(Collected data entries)
━━━━━━

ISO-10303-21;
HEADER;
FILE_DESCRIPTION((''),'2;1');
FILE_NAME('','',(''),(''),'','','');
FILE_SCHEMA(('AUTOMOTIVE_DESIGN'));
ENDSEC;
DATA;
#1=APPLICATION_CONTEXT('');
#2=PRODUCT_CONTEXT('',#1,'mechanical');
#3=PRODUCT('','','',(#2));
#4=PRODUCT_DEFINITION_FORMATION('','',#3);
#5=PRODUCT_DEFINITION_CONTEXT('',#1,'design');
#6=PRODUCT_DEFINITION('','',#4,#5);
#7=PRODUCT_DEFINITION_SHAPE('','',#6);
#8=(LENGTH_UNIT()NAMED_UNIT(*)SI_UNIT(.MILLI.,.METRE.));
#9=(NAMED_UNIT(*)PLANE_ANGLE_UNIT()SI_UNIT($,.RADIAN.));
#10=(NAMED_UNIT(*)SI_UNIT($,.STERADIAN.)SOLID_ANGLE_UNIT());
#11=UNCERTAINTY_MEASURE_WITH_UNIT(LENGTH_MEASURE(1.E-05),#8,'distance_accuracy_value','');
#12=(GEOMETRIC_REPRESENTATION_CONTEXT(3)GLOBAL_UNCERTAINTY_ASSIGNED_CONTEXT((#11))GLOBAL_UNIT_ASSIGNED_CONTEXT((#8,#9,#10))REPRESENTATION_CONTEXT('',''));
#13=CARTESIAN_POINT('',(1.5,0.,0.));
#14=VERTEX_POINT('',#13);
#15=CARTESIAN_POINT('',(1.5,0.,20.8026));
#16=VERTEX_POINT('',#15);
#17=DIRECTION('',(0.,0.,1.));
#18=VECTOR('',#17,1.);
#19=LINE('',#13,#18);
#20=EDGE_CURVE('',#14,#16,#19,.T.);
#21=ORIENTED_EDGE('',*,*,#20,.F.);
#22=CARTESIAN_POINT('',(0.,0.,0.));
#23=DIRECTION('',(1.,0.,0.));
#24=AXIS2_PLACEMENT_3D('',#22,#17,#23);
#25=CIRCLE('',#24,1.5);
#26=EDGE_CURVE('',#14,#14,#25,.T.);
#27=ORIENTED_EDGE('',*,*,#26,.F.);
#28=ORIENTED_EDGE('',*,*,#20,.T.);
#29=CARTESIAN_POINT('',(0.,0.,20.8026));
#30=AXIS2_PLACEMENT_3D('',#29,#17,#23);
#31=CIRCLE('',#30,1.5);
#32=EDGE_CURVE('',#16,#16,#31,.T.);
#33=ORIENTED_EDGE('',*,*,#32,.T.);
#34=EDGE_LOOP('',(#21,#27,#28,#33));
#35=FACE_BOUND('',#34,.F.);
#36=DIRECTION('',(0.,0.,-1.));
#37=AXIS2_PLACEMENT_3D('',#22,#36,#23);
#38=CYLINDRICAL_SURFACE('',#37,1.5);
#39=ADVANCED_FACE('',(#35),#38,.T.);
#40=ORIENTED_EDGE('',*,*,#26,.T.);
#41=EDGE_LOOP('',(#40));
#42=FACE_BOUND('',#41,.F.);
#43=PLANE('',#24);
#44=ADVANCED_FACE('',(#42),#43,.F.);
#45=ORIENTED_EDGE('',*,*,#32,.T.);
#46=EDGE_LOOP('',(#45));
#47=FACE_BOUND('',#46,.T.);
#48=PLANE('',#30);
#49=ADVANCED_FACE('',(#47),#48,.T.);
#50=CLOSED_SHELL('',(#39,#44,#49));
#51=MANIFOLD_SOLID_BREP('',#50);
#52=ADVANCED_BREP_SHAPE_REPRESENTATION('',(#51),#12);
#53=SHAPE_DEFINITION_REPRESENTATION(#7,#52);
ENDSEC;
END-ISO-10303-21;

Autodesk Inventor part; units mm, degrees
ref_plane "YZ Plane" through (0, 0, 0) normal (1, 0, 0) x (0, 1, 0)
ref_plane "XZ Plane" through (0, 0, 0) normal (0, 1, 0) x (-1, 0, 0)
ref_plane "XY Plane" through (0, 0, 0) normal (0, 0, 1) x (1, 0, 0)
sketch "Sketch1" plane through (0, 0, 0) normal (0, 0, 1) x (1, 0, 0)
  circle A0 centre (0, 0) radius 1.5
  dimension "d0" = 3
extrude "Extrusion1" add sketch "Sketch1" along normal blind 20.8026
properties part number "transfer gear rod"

━━━━━━

▶ _To do_
What is wanted is every line from the first line of the entries through the line that contains "#13=CARTESIAN_POINT('',(1.5,0.,0.));", given again exactly.

▶ _Solved problem_
ISO-10303-21;
HEADER;
FILE_DESCRIPTION((''),'2;1');
FILE_NAME('','',(''),(''),'','','');
FILE_SCHEMA(('AUTOMOTIVE_DESIGN'));
ENDSEC;
DATA;
#1=APPLICATION_CONTEXT('');
#2=PRODUCT_CONTEXT('',#1,'mechanical');
#3=PRODUCT('','','',(#2));
#4=PRODUCT_DEFINITION_FORMATION('','',#3);
#5=PRODUCT_DEFINITION_CONTEXT('',#1,'design');
#6=PRODUCT_DEFINITION('','',#4,#5);
#7=PRODUCT_DEFINITION_SHAPE('','',#6);
#8=(LENGTH_UNIT()NAMED_UNIT(*)SI_UNIT(.MILLI.,.METRE.));
#9=(NAMED_UNIT(*)PLANE_ANGLE_UNIT()SI_UNIT($,.RADIAN.));
#10=(NAMED_UNIT(*)SI_UNIT($,.STERADIAN.)SOLID_ANGLE_UNIT());
#11=UNCERTAINTY_MEASURE_WITH_UNIT(LENGTH_MEASURE(1.E-05),#8,'distance_accuracy_value','');
#12=(GEOMETRIC_REPRESENTATION_CONTEXT(3)GLOBAL_UNCERTAINTY_ASSIGNED_CONTEXT((#11))GLOBAL_UNIT_ASSIGNED_CONTEXT((#8,#9,#10))REPRESENTATION_CONTEXT('',''));
#13=CARTESIAN_POINT('',(1.5,0.,0.));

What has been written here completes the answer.